Locate the line that contains "BOSS_EXTRUDE2_DEPTH = 2" in the entries below, then repeat it and every following line through the line that contains "4.755282581), (-2.033270819, 4.567910876))", exactly, and no others.

*** Available data Section Begins ***

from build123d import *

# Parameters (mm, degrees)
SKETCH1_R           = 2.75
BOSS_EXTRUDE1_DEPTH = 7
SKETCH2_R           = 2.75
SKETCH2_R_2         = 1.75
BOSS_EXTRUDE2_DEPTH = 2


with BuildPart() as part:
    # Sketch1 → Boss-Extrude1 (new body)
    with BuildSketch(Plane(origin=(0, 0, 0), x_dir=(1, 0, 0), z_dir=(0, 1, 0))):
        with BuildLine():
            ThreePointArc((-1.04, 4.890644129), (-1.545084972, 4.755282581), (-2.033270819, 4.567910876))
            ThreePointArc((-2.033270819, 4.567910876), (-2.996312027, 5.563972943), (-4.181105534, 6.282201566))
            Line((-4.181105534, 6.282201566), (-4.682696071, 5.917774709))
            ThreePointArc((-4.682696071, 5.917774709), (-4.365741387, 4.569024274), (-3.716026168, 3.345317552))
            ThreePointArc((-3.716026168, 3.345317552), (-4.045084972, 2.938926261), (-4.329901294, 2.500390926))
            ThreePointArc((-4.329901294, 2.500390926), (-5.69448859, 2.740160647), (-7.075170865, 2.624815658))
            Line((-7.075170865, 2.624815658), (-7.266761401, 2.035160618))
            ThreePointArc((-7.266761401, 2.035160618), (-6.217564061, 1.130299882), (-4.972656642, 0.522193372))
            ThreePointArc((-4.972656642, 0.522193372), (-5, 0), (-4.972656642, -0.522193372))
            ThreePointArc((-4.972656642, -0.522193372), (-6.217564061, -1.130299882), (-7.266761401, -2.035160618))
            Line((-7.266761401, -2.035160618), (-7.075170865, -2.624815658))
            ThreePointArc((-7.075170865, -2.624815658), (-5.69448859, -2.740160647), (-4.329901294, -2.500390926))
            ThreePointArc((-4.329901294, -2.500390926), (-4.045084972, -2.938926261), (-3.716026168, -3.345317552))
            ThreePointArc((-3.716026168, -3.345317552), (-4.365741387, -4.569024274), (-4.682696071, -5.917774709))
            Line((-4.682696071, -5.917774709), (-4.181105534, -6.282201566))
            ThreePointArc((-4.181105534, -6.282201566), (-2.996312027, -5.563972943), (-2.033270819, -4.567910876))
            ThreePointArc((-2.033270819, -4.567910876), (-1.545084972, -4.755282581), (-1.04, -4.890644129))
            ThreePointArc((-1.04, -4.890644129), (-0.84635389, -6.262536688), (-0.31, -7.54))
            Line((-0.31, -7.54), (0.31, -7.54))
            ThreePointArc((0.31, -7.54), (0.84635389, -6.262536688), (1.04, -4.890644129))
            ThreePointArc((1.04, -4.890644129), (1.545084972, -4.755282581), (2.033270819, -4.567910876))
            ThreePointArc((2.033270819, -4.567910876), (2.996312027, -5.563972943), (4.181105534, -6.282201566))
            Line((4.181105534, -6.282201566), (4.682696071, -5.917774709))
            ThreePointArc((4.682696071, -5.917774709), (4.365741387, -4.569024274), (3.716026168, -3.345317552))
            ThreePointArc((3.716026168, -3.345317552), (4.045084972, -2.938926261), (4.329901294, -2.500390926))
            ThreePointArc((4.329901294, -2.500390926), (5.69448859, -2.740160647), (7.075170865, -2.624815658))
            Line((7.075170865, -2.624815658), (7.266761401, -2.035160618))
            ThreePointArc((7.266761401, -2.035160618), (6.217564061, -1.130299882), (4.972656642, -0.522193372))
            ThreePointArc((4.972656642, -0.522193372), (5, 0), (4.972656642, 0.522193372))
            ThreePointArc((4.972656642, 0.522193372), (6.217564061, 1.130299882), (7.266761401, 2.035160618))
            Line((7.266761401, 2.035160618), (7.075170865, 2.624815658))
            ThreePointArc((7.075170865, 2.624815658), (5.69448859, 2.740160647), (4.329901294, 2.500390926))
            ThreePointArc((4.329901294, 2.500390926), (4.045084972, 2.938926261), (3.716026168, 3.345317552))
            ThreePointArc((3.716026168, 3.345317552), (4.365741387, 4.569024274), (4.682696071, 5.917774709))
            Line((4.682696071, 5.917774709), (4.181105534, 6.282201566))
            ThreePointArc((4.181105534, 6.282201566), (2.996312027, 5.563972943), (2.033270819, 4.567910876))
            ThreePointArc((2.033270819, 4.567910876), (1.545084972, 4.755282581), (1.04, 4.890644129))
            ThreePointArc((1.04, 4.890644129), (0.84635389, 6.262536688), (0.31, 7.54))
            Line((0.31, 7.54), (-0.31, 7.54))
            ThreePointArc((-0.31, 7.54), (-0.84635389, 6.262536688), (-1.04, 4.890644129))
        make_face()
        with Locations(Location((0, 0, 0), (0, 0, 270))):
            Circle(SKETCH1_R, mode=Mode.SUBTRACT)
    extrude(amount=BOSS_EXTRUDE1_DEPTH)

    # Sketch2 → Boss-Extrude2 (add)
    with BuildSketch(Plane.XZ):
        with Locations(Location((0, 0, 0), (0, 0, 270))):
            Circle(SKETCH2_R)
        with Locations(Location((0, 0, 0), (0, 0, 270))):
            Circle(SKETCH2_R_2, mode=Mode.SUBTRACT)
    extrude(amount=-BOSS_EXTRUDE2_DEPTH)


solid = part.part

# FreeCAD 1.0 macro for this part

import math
import FreeCAD as App
import Part
import Sketcher

V = App.Vector
Q = App.Units.Quantity

doc = App.newDocument("Part")
body = doc.addObject("PartDesign::Body", "Body")

sketch1 = doc.addObject("Sketcher::SketchObject", "Sketch")
body.addObject(sketch1)
sketch1.AttachmentSupport = (doc.XZ_Plane, [""])
sketch1.MapMode = "FlatFace"
sketch1.addGeometry(Part.ArcOfCircle(Part.Circle(V(0, 0, 0), V(0, 0, 1), 5), math.radians(-113.99), math.radians(-102.01)), False)
sketch1.addGeometry(Part.ArcOfCircle(Part.Circle(V(-6.4, -1.3, 0), V(0, 0, 1), 5.4), math.radians(-66), math.radians(-37)), False)
sketch1.addGeometry(Part.LineSegment(V(-4.2, -6.3, 0), V(-4.7, -5.9, 0)), False)
sketch1.addGeometry(Part.ArcOfCircle(Part.Circle(V(0.7, -6.5, 0), V(0, 0, 1), 5.4), math.radians(145), math.radians(174)), False)
sketch1.addGeometry(Part.ArcOfCircle(Part.Circle(V(0, 0, 0), V(0, 0, 1), 5), math.radians(-149.99), math.radians(-138.01)), False)
sketch1.addGeometry(Part.ArcOfCircle(Part.Circle(V(-5.9, 2.7, 0), V(0, 0, 1), 5.4), math.radians(-102), math.radians(-73)), False)
sketch1.addGeometry(Part.LineSegment(V(-7.1, -2.6, 0), V(-7.3, -2, 0)), False)
sketch1.addGeometry(Part.ArcOfCircle(Part.Circle(V(-3.2, -5.6, 0), V(0, 0, 1), 5.4), math.radians(109), math.radians(138)), False)
sketch1.addGeometry(Part.ArcOfCircle(Part.Circle(V(0, 0, 0), V(0, 0, 1), 5), math.radians(174.01), math.radians(185.99)), False)
sketch1.addGeometry(Part.ArcOfCircle(Part.Circle(V(-3.2, 5.6, 0), V(0, 0, 1), 5.4), math.radians(-138), math.radians(-109)), False)
sketch1.addGeometry(Part.LineSegment(V(-7.3, 2, 0), V(-7.1, 2.6, 0)), False)
sketch1.addGeometry(Part.ArcOfCircle(Part.Circle(V(-5.9, -2.7, 0), V(0, 0, 1), 5.4), math.radians(73), math.radians(102)), False)
sketch1.addGeometry(Part.ArcOfCircle(Part.Circle(V(0, 0, 0), V(0, 0, 1), 5), math.radians(138.01), math.radians(149.99)), False)
sketch1.addGeometry(Part.ArcOfCircle(Part.Circle(V(0.7, 6.5, 0), V(0, 0, 1), 5.4), math.radians(-174), math.radians(-145)), False)
sketch1.addGeometry(Part.LineSegment(V(-4.7, 5.9, 0), V(-4.2, 6.3, 0)), False)
sketch1.addGeometry(Part.ArcOfCircle(Part.Circle(V(-6.4, 1.3, 0), V(0, 0, 1), 5.4), math.radians(37), math.radians(66)), False)
sketch1.addGeometry(Part.ArcOfCircle(Part.Circle(V(0, 0, 0), V(0, 0, 1), 5), math.radians(102.01), math.radians(113.99)), False)
sketch1.addGeometry(Part.ArcOfCircle(Part.Circle(V(4.4, 4.8, 0), V(0, 0, 1), 5.4), math.radians(150), math.radians(179)), False)
sketch1.addGeometry(Part.LineSegment(V(-0.3, 7.5, 0), V(0.3, 7.5, 0)), False)
sketch1.addGeometry(Part.ArcOfCircle(Part.Circle(V(-4.4, 4.8, 0), V(0, 0, 1), 5.4), math.radians(1), math.radians(30)), False)
sketch1.addGeometry(Part.ArcOfCircle(Part.Circle(V(0, 0, 0), V(0, 0, 1), 5), math.radians(66.01), math.radians(77.99)), False)
sketch1.addGeometry(Part.ArcOfCircle(Part.Circle(V(6.4, 1.3, 0), V(0, 0, 1), 5.4), math.radians(114), math.radians(143)), False)
sketch1.addGeometry(Part.LineSegment(V(4.2, 6.3, 0), V(4.7, 5.9, 0)), False)
sketch1.addGeometry(Part.ArcOfCircle(Part.Circle(V(-0.7, 6.5, 0), V(0, 0, 1), 5.4), math.radians(-35), math.radians(-6)), False)
sketch1.addGeometry(Part.ArcOfCircle(Part.Circle(V(0, 0, 0), V(0, 0, 1), 5), math.radians(30.01), math.radians(41.99)), False)
sketch1.addGeometry(Part.ArcOfCircle(Part.Circle(V(5.9, -2.7, 0), V(0, 0, 1), 5.4), math.radians(78), math.radians(107)), False)
sketch1.addGeometry(Part.LineSegment(V(7.1, 2.6, 0), V(7.3, 2, 0)), False)
sketch1.addGeometry(Part.ArcOfCircle(Part.Circle(V(3.2, 5.6, 0), V(0, 0, 1), 5.4), math.radians(-71), math.radians(-42)), False)
sketch1.addGeometry(Part.ArcOfCircle(Part.Circle(V(0, 0, 0), V(0, 0, 1), 5), math.radians(-5.99), math.radians(5.99)), False)
sketch1.addGeometry(Part.ArcOfCircle(Part.Circle(V(3.2, -5.6, 0), V(0, 0, 1), 5.4), math.radians(42), math.radians(71)), False)
sketch1.addGeometry(Part.LineSegment(V(7.3, -2, 0), V(7.1, -2.6, 0)), False)
sketch1.addGeometry(Part.ArcOfCircle(Part.Circle(V(5.9, 2.7, 0), V(0, 0, 1), 5.4), math.radians(-107), math.radians(-78)), False)
sketch1.addGeometry(Part.ArcOfCircle(Part.Circle(V(0, 0, 0), V(0, 0, 1), 5), math.radians(-41.99), math.radians(-30.01)), False)
sketch1.addGeometry(Part.ArcOfCircle(Part.Circle(V(-0.7, -6.5, 0), V(0, 0, 1), 5.4), math.radians(6), math.radians(35)), False)
sketch1.addGeometry(Part.LineSegment(V(4.7, -5.9, 0), V(4.2, -6.3, 0)), False)
sketch1.addGeometry(Part.ArcOfCircle(Part.Circle(V(6.4, -1.3, 0), V(0, 0, 1), 5.4), math.radians(-143), math.radians(-114)), False)
sketch1.addGeometry(Part.ArcOfCircle(Part.Circle(V(0, 0, 0), V(0, 0, 1), 5), math.radians(-77.99), math.radians(-66.01)), False)
sketch1.addGeometry(Part.ArcOfCircle(Part.Circle(V(-4.4, -4.8, 0), V(0, 0, 1), 5.4), math.radians(-30), math.radians(-1)), False)
sketch1.addGeometry(Part.LineSegment(V(0.3, -7.5, 0), V(-0.3, -7.5, 0)), False)
sketch1.addGeometry(Part.ArcOfCircle(Part.Circle(V(4.4, -4.8, 0), V(0, 0, 1), 5.4), math.radians(-179), math.radians(-150)), False)
sketch1.addGeometry(Part.Circle(V(0, 0, 0), V(0, 0, 1), 2.8), False)
sketch1.addConstraint(Sketcher.Constraint("Coincident", 0, 1, 1, 2))
sketch1.addConstraint(Sketcher.Constraint("Coincident", 1, 1, 2, 1))
sketch1.addConstraint(Sketcher.Constraint("Coincident", 2, 2, 3, 2))
sketch1.addConstraint(Sketcher.Constraint("Coincident", 3, 1, 4, 2))
sketch1.addConstraint(Sketcher.Constraint("Coincident", 4, 1, 5, 2))
sketch1.addConstraint(Sketcher.Constraint("Coincident", 5, 1, 6, 1))
sketch1.addConstraint(Sketcher.Constraint("Coincident", 6, 2, 7, 2))
sketch1.addConstraint(Sketcher.Constraint("Coincident", 7, 1, 8, 2))
sketch1.addConstraint(Sketcher.Constraint("Coincident", 8, 1, 9, 2))
sketch1.addConstraint(Sketcher.Constraint("Coincident", 9, 1, 10, 1))
sketch1.addConstraint(Sketcher.Constraint("Coincident", 10, 2, 11, 2))
sketch1.addConstraint(Sketcher.Constraint("Coincident", 11, 1, 12, 2))
sketch1.addConstraint(Sketcher.Constraint("Coincident", 12, 1, 13, 2))
sketch1.addConstraint(Sketcher.Constraint("Coincident", 13, 1, 14, 1))
sketch1.addConstraint(Sketcher.Constraint("Coincident", 14, 2, 15, 2))
sketch1.addConstraint(Sketcher.Constraint("Coincident", 15, 1, 16, 2))
sketch1.addConstraint(Sketcher.Constraint("Coincident", 16, 1, 17, 2))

*** Available data Section Ends ***

• Final answer:
BOSS_EXTRUDE2_DEPTH = 2


with BuildPart() as part:
    # Sketch1 → Boss-Extrude1 (new body)
    with BuildSketch(Plane(origin=(0, 0, 0), x_dir=(1, 0, 0), z_dir=(0, 1, 0))):
        with BuildLine():
            ThreePointArc((-1.04, 4.890644129), (-1.545084972, 4.755282581), (-2.033270819, 4.567910876))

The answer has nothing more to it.